(Source data)

——

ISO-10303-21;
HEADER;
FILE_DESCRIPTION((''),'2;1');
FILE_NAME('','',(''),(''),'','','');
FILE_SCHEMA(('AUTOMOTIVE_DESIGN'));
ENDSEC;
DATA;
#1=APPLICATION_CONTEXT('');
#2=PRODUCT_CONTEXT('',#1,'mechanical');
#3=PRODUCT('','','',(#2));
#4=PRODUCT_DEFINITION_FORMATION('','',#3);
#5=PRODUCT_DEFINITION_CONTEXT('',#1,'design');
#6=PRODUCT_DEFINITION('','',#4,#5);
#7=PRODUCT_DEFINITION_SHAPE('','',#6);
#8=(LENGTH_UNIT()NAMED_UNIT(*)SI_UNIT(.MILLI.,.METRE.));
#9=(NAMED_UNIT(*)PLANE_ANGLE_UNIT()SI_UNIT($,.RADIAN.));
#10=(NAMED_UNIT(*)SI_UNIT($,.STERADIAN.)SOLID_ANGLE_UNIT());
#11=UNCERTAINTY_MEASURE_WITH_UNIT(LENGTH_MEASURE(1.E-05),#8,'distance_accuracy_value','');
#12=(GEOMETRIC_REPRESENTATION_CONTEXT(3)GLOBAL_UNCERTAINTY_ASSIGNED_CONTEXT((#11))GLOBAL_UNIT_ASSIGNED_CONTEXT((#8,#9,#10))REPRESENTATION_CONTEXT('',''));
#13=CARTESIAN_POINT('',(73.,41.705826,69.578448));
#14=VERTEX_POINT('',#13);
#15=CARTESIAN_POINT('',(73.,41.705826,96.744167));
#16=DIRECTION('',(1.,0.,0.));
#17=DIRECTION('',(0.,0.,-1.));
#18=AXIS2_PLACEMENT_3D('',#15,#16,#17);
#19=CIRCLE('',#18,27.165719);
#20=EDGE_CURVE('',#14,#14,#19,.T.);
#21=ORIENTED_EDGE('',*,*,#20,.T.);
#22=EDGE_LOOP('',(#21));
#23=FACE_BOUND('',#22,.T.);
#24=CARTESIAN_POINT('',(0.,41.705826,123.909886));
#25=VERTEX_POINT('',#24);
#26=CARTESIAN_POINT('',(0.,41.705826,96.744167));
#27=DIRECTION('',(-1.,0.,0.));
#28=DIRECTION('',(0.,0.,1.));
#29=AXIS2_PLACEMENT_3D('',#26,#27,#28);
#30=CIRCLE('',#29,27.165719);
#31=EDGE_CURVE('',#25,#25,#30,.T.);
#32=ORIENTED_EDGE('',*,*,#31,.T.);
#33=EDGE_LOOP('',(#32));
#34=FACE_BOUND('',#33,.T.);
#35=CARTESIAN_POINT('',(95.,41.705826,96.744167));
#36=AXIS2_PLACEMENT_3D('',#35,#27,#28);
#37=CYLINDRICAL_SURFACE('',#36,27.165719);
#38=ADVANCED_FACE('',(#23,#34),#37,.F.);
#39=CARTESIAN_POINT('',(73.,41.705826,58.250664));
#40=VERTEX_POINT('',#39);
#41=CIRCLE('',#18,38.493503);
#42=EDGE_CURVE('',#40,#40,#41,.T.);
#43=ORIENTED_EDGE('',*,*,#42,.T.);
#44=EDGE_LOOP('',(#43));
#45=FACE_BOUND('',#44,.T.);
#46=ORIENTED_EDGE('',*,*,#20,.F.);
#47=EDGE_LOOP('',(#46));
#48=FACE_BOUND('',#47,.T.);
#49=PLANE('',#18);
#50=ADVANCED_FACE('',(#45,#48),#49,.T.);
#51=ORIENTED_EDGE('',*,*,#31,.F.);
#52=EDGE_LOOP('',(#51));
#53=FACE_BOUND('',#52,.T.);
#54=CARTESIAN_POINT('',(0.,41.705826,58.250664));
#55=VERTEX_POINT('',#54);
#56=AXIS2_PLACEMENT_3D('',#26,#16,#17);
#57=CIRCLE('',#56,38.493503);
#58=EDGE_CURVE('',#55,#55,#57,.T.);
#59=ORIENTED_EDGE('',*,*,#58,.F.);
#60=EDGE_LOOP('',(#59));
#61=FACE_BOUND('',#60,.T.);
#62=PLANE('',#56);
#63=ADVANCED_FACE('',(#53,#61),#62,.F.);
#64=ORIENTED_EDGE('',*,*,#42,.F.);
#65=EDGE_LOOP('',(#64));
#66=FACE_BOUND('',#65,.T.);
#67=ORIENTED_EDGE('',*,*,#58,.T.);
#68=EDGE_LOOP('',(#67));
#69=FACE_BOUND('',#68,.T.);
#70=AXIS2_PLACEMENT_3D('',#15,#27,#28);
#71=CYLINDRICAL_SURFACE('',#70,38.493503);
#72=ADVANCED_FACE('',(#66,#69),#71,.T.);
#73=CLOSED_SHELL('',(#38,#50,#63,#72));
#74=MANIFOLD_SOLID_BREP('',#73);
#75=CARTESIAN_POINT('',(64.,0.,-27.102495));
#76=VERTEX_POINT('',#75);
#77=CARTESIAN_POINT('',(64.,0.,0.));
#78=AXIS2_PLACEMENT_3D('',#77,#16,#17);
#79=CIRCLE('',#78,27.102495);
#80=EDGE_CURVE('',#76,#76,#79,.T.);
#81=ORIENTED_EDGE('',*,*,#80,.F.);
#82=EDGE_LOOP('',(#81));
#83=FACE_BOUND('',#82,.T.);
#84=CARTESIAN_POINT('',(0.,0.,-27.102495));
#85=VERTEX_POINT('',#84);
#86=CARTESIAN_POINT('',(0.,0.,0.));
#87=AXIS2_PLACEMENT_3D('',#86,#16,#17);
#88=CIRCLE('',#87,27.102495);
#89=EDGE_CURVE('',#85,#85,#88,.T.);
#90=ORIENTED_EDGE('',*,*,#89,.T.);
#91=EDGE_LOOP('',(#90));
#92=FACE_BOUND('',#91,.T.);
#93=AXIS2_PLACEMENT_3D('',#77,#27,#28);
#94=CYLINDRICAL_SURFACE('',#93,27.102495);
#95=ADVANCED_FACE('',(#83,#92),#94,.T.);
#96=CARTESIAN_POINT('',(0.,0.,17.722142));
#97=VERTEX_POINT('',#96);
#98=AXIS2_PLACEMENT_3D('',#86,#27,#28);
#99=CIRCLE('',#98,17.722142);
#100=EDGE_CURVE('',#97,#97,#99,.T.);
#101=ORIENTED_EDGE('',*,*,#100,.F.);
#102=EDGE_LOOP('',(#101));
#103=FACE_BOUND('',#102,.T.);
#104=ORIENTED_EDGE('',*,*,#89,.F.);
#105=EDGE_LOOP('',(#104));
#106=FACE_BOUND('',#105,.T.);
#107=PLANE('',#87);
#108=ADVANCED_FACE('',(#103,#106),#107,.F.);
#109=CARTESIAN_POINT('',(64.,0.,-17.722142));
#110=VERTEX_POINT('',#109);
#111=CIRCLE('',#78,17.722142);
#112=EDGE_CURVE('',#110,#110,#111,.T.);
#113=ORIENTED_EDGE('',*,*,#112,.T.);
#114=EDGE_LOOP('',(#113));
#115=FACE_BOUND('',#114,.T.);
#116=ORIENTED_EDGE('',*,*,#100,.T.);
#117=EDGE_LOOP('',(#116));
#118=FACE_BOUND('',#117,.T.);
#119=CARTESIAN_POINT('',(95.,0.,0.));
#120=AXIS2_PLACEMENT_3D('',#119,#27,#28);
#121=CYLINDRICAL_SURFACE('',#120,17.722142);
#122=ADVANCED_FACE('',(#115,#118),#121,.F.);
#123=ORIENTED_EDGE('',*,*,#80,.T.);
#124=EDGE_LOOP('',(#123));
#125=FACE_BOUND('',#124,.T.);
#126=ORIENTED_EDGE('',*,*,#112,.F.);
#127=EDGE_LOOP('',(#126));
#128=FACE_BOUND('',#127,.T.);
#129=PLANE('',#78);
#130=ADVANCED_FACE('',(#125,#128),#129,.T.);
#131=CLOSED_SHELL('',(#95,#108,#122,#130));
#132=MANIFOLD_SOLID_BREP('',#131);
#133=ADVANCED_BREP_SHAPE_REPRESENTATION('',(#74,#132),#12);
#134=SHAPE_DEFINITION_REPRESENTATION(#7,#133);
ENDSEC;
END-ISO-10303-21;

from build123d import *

# Parameters (mm, degrees)
SKETCH2_R           = 27.102495449
BOSS_EXTRUDE1_DEPTH = 64
SKETCH3_R           = 38.493502763
BOSS_EXTRUDE2_DEPTH = 73
SKETCH7_R           = 17.722141742
CUT_EXTRUDE1_DEPTH  = 95
SKETCH8_R           = 27.165719082
CUT_EXTRUDE2_DEPTH  = 95


with BuildPart() as part:
    # Sketch2 → Boss-Extrude1 (new body)
    with BuildSketch(Plane(origin=(0, 0, 0), x_dir=(0, 0, -1), z_dir=(1, 0, 0))):
        Circle(SKETCH2_R)
    extrude(amount=BOSS_EXTRUDE1_DEPTH)

    # Sketch7 → Cut-Extrude1 (cut)
    with BuildSketch(Plane.ZY):
        Circle(SKETCH7_R)
    extrude(amount=-CUT_EXTRUDE1_DEPTH, mode=Mode.SUBTRACT)


with BuildPart() as body_2:
    # Sketch3 → Boss-Extrude2 (new body)
    with BuildSketch(Plane(origin=(0, 0, 0), x_dir=(0, 0, -1), z_dir=(1, 0, 0))):
        with Locations((-96.74416718, 41.705825758)):
            Circle(SKETCH3_R)
    extrude(amount=BOSS_EXTRUDE2_DEPTH)

    # Sketch8 → Cut-Extrude2 (cut)
    with BuildSketch(Plane.ZY):
        with Locations((96.74416718, 41.705825758)):
            Circle(SKETCH8_R)
    extrude(amount=-CUT_EXTRUDE2_DEPTH, mode=Mode.SUBTRACT)


solid = Compound([part.part, body_2.part])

——

* **What is expected**
Restate word for word only the lines above from the line containing "#41=CIRCLE('',#18,38.493503);" to the line containing "#73=CLOSED_SHELL('',(#38,#50,#63,#72));", both of them included.

* **Solution**
#41=CIRCLE('',#18,38.493503);
#42=EDGE_CURVE('',#40,#40,#41,.T.);
#43=ORIENTED_EDGE('',*,*,#42,.T.);
#44=EDGE_LOOP('',(#43));
#45=FACE_BOUND('',#44,.T.);
#46=ORIENTED_EDGE('',*,*,#20,.F.);
#47=EDGE_LOOP('',(#46));
#48=FACE_BOUND('',#47,.T.);
#49=PLANE('',#18);
#50=ADVANCED_FACE('',(#45,#48),#49,.T.);
#51=ORIENTED_EDGE('',*,*,#31,.F.);
#52=EDGE_LOOP('',(#51));
#53=FACE_BOUND('',#52,.T.);
#54=CARTESIAN_POINT('',(0.,41.705826,58.250664));
#55=VERTEX_POINT('',#54);
#56=AXIS2_PLACEMENT_3D('',#26,#16,#17);
#57=CIRCLE('',#56,38.493503);
#58=EDGE_CURVE('',#55,#55,#57,.T.);
#59=ORIENTED_EDGE('',*,*,#58,.F.);
#60=EDGE_LOOP('',(#59));
#61=FACE_BOUND('',#60,.T.);
#62=PLANE('',#56);
#63=ADVANCED_FACE('',(#53,#61),#62,.F.);
#64=ORIENTED_EDGE('',*,*,#42,.F.);
#65=EDGE_LOOP('',(#64));
#66=FACE_BOUND('',#65,.T.);
#67=ORIENTED_EDGE('',*,*,#58,.T.);
#68=EDGE_LOOP('',(#67));
#69=FACE_BOUND('',#68,.T.);
#70=AXIS2_PLACEMENT_3D('',#15,#27,#28);
#71=CYLINDRICAL_SURFACE('',#70,38.493503);
#72=ADVANCED_FACE('',(#66,#69),#71,.T.);
#73=CLOSED_SHELL('',(#38,#50,#63,#72));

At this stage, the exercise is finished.